Jeff Daniels’ debut CD called “Jeff Daniels Live and Unplugged” starts off with a really great tune called “If William Shatner Can, I Can Too.” When Jeff jokes about clearing the William Shatner bar he’s not talking about their respective acting chops but their merits as musicians. Because when it comes to the many actors who have crossed over into the music world good ol’ Captain Kirk is generally regarded as the worst. If you’ve ever logged on to youtube and watched his version of “Lucy in the Sky with Diamonds” or “Rocket Man” you’ll understand why. On a personal note I favor the late great Telly Savalas and his unforgettable version of “If,” the sappy chestnut from Bread. That one is so bad it makes Shatner look like Sinatra, but I digress.

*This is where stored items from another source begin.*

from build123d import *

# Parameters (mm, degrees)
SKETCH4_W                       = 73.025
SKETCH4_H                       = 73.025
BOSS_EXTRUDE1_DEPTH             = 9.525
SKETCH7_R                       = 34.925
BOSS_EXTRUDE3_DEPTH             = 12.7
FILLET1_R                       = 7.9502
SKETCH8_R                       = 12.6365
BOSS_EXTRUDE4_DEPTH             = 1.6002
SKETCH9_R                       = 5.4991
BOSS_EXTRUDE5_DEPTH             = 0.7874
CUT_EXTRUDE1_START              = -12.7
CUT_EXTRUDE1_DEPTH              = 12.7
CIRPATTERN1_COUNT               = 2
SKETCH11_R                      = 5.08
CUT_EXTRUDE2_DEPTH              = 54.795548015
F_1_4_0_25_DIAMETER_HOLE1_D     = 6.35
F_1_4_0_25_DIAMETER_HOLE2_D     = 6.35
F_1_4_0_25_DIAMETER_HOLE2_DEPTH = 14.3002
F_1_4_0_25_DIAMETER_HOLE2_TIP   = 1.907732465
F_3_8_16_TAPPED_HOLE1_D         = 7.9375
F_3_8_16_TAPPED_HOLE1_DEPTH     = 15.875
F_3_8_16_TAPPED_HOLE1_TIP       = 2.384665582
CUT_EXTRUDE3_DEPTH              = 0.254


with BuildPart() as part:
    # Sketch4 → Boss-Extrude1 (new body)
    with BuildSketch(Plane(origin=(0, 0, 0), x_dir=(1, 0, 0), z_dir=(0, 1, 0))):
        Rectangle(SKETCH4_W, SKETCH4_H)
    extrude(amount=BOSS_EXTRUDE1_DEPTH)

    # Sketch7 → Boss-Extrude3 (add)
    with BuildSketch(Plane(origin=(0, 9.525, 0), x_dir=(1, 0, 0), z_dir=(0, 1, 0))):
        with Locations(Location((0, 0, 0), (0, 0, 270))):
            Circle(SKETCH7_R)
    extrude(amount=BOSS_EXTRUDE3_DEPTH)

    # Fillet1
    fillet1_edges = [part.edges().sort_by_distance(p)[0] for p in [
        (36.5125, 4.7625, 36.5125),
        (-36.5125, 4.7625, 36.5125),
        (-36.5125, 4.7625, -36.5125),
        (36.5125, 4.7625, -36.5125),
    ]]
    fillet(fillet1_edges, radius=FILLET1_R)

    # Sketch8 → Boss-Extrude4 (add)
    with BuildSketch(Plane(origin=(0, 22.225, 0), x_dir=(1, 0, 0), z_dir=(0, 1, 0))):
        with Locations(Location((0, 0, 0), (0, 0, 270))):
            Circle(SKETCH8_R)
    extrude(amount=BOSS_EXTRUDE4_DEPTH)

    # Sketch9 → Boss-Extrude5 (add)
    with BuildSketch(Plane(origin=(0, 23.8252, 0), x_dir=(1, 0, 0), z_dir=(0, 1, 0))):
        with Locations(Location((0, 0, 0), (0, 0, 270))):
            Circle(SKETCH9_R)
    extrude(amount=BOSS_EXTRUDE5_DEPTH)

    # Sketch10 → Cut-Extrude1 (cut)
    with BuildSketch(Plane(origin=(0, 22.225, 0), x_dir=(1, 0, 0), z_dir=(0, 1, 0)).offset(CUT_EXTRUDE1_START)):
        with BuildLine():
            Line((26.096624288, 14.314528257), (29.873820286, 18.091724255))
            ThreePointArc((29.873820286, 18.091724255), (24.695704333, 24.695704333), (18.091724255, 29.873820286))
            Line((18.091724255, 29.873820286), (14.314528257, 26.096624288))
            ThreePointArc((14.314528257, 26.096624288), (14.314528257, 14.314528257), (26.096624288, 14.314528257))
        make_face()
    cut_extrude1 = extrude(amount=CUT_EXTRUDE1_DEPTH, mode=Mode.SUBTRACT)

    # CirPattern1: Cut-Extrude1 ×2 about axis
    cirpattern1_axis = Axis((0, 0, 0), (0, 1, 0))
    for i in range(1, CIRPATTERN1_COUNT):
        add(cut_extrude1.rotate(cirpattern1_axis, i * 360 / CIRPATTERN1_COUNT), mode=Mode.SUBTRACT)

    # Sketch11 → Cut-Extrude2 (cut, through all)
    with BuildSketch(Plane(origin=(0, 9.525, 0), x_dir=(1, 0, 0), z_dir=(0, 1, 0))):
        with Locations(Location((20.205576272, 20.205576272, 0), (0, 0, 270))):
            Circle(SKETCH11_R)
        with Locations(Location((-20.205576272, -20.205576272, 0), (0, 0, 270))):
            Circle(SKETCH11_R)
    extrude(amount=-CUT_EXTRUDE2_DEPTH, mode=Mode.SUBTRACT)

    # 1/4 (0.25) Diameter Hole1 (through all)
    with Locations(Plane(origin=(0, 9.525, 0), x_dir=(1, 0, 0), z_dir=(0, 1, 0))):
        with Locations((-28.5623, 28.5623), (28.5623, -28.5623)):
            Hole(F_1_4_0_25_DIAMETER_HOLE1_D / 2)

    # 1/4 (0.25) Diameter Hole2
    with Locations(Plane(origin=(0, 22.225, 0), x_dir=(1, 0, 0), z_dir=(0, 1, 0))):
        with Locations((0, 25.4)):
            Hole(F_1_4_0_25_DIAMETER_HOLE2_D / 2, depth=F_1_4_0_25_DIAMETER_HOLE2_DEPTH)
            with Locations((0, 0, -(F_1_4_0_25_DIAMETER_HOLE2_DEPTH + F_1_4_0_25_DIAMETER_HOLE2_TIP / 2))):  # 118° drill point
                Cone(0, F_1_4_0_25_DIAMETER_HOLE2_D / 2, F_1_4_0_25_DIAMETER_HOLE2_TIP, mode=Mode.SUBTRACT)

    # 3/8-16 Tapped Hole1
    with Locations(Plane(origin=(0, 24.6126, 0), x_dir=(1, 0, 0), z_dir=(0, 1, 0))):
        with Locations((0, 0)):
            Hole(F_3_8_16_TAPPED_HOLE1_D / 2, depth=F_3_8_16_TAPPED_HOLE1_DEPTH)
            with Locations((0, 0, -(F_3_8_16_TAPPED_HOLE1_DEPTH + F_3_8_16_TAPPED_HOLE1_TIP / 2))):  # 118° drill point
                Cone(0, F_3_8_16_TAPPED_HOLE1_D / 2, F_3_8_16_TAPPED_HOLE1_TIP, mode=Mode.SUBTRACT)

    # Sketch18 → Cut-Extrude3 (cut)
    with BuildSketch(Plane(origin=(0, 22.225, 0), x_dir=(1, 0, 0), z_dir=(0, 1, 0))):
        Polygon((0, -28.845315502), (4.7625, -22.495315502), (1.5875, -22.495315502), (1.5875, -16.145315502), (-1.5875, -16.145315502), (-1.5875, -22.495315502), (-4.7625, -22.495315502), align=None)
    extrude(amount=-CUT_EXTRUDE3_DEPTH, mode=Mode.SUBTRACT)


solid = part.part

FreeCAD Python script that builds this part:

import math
import FreeCAD as App
import Part
import Sketcher

V = App.Vector
Q = App.Units.Quantity


def edges_at(feature, points):
    """Names of the edges that pass closest to the given points."""
    edges = feature.Shape.Edges
    near = lambda p: min(range(len(edges)), key=lambda i: edges[i].distToShape(Part.Vertex(*p))[0])
    return sorted({f"Edge{near(p) + 1}" for p in points})


def add_polygon(sketch, points):
    """Adds a closed chain of lines whose ends are joined by coincident constraints."""
    first, n = sketch.GeometryCount, len(points)
    for a, b in zip(points, points[1:] + points[:1]):
        sketch.addGeometry(Part.LineSegment(App.Vector(*a, 0), App.Vector(*b, 0)), False)
    for i in range(n):
        sketch.addConstraint(Sketcher.Constraint("Coincident", first + i, 2, first + (i + 1) % n, 1))

doc = App.newDocument("Part")
body = doc.addObject("PartDesign::Body", "Body")

# Sketch on XZ plane
sketch1 = doc.addObject("Sketcher::SketchObject", "Sketch")
body.addObject(sketch1)
sketch1.AttachmentSupport = (doc.XZ_Plane, [""])
sketch1.MapMode = "FlatFace"
add_polygon(sketch1, [(-37, -37), (-37, 37), (37, 37), (37, -37)])  # lines 0-3
sketch1.addConstraint(Sketcher.Constraint("Vertical", 0))
sketch1.addConstraint(Sketcher.Constraint("Horizontal", 1))
sketch1.addConstraint(Sketcher.Constraint("Vertical", 2))
sketch1.addConstraint(Sketcher.Constraint("Horizontal", 3))
sketch1.addConstraint(Sketcher.Constraint("Symmetric", 0, 2, 2, 2, -1, 1))
sketch1.addConstraint(Sketcher.Constraint("Equal", 3, 0))
sketch1.addConstraint(Sketcher.Constraint("DistanceX", 1, 1, 1, 2, Q("2.875 in")))
pad1 = doc.addObject("PartDesign::Pad", "Pad")
body.addObject(pad1)
pad1.Profile = sketch1
pad1.Length = Q("0.375 in")
pad1.Reversed = True

# Sketch on XZ plane
sketch2 = doc.addObject("Sketcher::SketchObject", "Sketch001")
body.addObject(sketch2)
sketch2.AttachmentSupport = (doc.XZ_Plane, [""])
sketch2.MapMode = "FlatFace"
sketch2.AttachmentOffset = App.Placement(V(0, 0, -0.375 * 25.4), App.Rotation())
sketch2.addGeometry(Part.Circle(V(0, 0, 0), V(0, 0, 1), 35), False)
sketch2.addConstraint(Sketcher.Constraint("Coincident", 0, 3, -1, 1))
sketch2.addConstraint(Sketcher.Constraint("Diameter", 0, Q("2.75 in")))
pad2 = doc.addObject("PartDesign::Pad", "Pad001")
body.addObject(pad2)
pad2.Profile = sketch2
pad2.Length = Q("0.5 in")
pad2.Reversed = True
doc.recompute()

fillet = doc.addObject("PartDesign::Fillet", "Fillet")
body.addObject(fillet)
fillet.Base = (pad2, edges_at(pad2, [
    (36.513, 4.763, 36.513),
    (-36.513, 4.763, 36.513),
    (-36.513, 4.763, -36.513),
    (36.513, 4.763, -36.513),
]))
fillet.Radius = Q("0.313 in")

# Sketch on XZ plane
sketch3 = doc.addObject("Sketcher::SketchObject", "Sketch002")
body.addObject(sketch3)
sketch3.AttachmentSupport = (doc.XZ_Plane, [""])
sketch3.MapMode = "FlatFace"
sketch3.AttachmentOffset = App.Placement(V(0, 0, -0.875 * 25.4), App.Rotation())
sketch3.addGeometry(Part.Circle(V(0, 0, 0), V(0, 0, 1), 13), False)
sketch3.addConstraint(Sketcher.Constraint("Coincident", 0, 3, -1, 1))
sketch3.addConstraint(Sketcher.Constraint("Diameter", 0, Q("0.995 in")))
pad3 = doc.addObject("PartDesign::Pad", "Pad002")
body.addObject(pad3)
pad3.Profile = sketch3
pad3.Length = Q("0.063 in")
pad3.Reversed = True

# Sketch on XZ plane
sketch4 = doc.addObject("Sketcher::SketchObject", "Sketch003")
body.addObject(sketch4)
sketch4.AttachmentSupport = (doc.XZ_Plane, [""])
sketch4.MapMode = "FlatFace"
sketch4.AttachmentOffset = App.Placement(V(0, 0, -0.938 * 25.4), App.Rotation())
sketch4.addGeometry(Part.Circle(V(0, 0, 0), V(0, 0, 1), 5), False)
sketch4.addConstraint(Sketcher.Constraint("Coincident", 0, 3, -1, 1))
sketch4.addConstraint(Sketcher.Constraint("Diameter", 0, Q("0.433 in")))
pad4 = doc.addObject("PartDesign::Pad", "Pad003")
body.addObject(pad4)
pad4.Profile = sketch4
pad4.Length = Q("0.031 in")
pad4.Reversed = True

# Sketch on XZ plane
sketch5 = doc.addObject("Sketcher::SketchObject", "Sketch004")
body.addObject(sketch5)
sketch5.AttachmentSupport = (doc.XZ_Plane, [""])
sketch5.MapMode = "FlatFace"
sketch5.AttachmentOffset = App.Placement(V(0, 0, -0.375 * 25.4), App.Rotation())
sketch5.addGeometry(Part.LineSegment(V(26, -14, 0), V(30, -18, 0)), False)
sketch5.addGeometry(Part.ArcOfCircle(Part.Circle(V(0, 0, 0), V(0, 0, 1), 35), math.radians(-59), math.radians(-31)), False)
sketch5.addGeometry(Part.LineSegment(V(18, -30, 0), V(14, -26, 0)), False)
sketch5.addGeometry(Part.ArcOfCircle(Part.Circle(V(20, -20, 0), V(0, 0, 1), 8), math.radians(45), math.radians(225)), False)
sketch5.addConstraint(Sketcher.Constraint("Coincident", 0, 2, 1, 2))
sketch5.addConstraint(Sketcher.Constraint("Coincident", 1, 1, 2, 1))
sketch5.addConstraint(Sketcher.Constraint("Tangent", 2, 2, 3, 2))
sketch5.addConstraint(Sketcher.Constraint("Tangent", 3, 1, 0, 1))
sketch5.addConstraint(Sketcher.Constraint("Coincident", 1, 3, -1, 1))
sketch5.addConstraint(Sketcher.Constraint("Parallel", 0, 2))
sketch5.addConstraint(Sketcher.Constraint("Equal", 0, 2))
sketch5.addConstraint(Sketcher.Constraint("Angle", 0, Q("-45 deg")))
sketch5.addConstraint(Sketcher.Constraint("Radius", 1, Q("1.375 in")))
sketch5.addConstraint(Sketcher.Constraint("Radius", 3, Q("0.328 in")))
sketch5.addConstraint(Sketcher.Constraint("DistanceY", 2, 2, 0, 2, 8.0049))
pocket1 = doc.addObject("PartDesign::Pocket", "Pocket")
body.addObject(pocket1)
pocket1.Profile = sketch5
pocket1.Length = Q("0.5 in")
doc.recompute()

polarpattern = doc.addObject("PartDesign::PolarPattern", "PolarPattern")
body.addObject(polarpattern)
polarpattern.Originals = [pocket1]
polarpattern.Axis = (doc.Y_Axis, [""])
polarpattern.Angle = 360
polarpattern.Occurrences = 2
body.Tip = polarpattern

# Sketch on XZ plane
sketch6 = doc.addObject("Sketcher::SketchObject", "Sketch005")
body.addObject(sketch6)
sketch6.AttachmentSupport = (doc.XZ_Plane, [""])
sketch6.MapMode = "FlatFace"
sketch6.AttachmentOffset = App.Placement(V(0, 0, -0.375 * 25.4), App.Rotation())
sketch6.addGeometry(Part.Circle(V(20, -20, 0), V(0, 0, 1), 5), False)
sketch6.addGeometry(Part.Circle(V(-20, 20, 0), V(0, 0, 1), 5), False)
sketch6.addConstraint(Sketcher.Constraint("Equal", 0, 1))
sketch6.addConstraint(Sketcher.Constraint("Symmetric", 0, 3, 1, 3, -1, 1))
sketch6.addConstraint(Sketcher.Constraint("Diameter", 0, Q("0.4 in")))
sketch6.addConstraint(Sketcher.Constraint("DistanceX", -1, 1, 0, 3, 20.205576))
sketch6.addConstraint(Sketcher.Constraint("DistanceY", 0, 3, -1, 1, 20.205576))
pocket2 = doc.addObject("PartDesign::Pocket", "Pocket001")
body.addObject(pocket2)
pocket2.Profile = sketch6
pocket2.Type = "ThroughAll"
pocket2.Reversed = True

# Sketch on XZ plane
sketch7 = doc.addObject("Sketcher::SketchObject", "Sketch006")
body.addObject(sketch7)
sketch7.AttachmentSupport = (doc.XZ_Plane, [""])
sketch7.MapMode = "FlatFace"
sketch7.AttachmentOffset = App.Placement(V(0, 0, -0.375 * 25.4), App.Rotation())
sketch7.addGeometry(Part.Circle(V(-28.6, -28.6, 0), V(0, 0, 1), 3.2), False)
sketch7.addGeometry(Part.Circle(V(28.6, 28.6, 0), V(0, 0, 1), 3.2), False)
sketch7.addConstraint(Sketcher.Constraint("Equal", 0, 1))
sketch7.addConstraint(Sketcher.Constraint("Symmetric", 0, 3, 1, 3, -1, 1))
sketch7.addConstraint(Sketcher.Constraint("Diameter", 0, Q("0.25 in")))
sketch7.addConstraint(Sketcher.Constraint("DistanceX", 0, 3, 1, 3, Q("2.249 in")))
sketch7.addConstraint(Sketcher.Constraint("DistanceY", 0, 3, 1, 3, Q("2.249 in")))
doc.recompute()
hole = doc.addObject("PartDesign::Hole", "Hole")
body.addObject(hole)
hole.Profile = sketch7
hole.ThreadType = "None"
hole.Diameter = Q("0.25 in")
hole.DepthType = "ThroughAll"
hole.Reversed = True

Getting back to Jeff Daniels, this guy is actually quite good. Sure he’s been an acclaimed actor for some time now but he’s also a terrific singer, songwriter, guitarist, and storyteller. He has a sound that blends roots, blues, and folk into his own unique original material. He can be screaming funny one minute, poignant and sad the next. He’s also been very prolific with four new releases over the past five years. Besides the aforementioned “Jeff Daniels Live and Unplugged,” there is also” “Together Again,” with Jonathan Hogan, “Grandfather’s Hat” and “Live at the Purple Rose Theater.” On these last two discs there are songs about road rage, his daughter getting her license, turning 50 and having it announced to the world on Entertainment Tonight, a sleazy motel, the loss of a cherished pet, a cross on a highway, his beloved Detroit Tigers, and his beloved state of Michigan in general. It’s all good.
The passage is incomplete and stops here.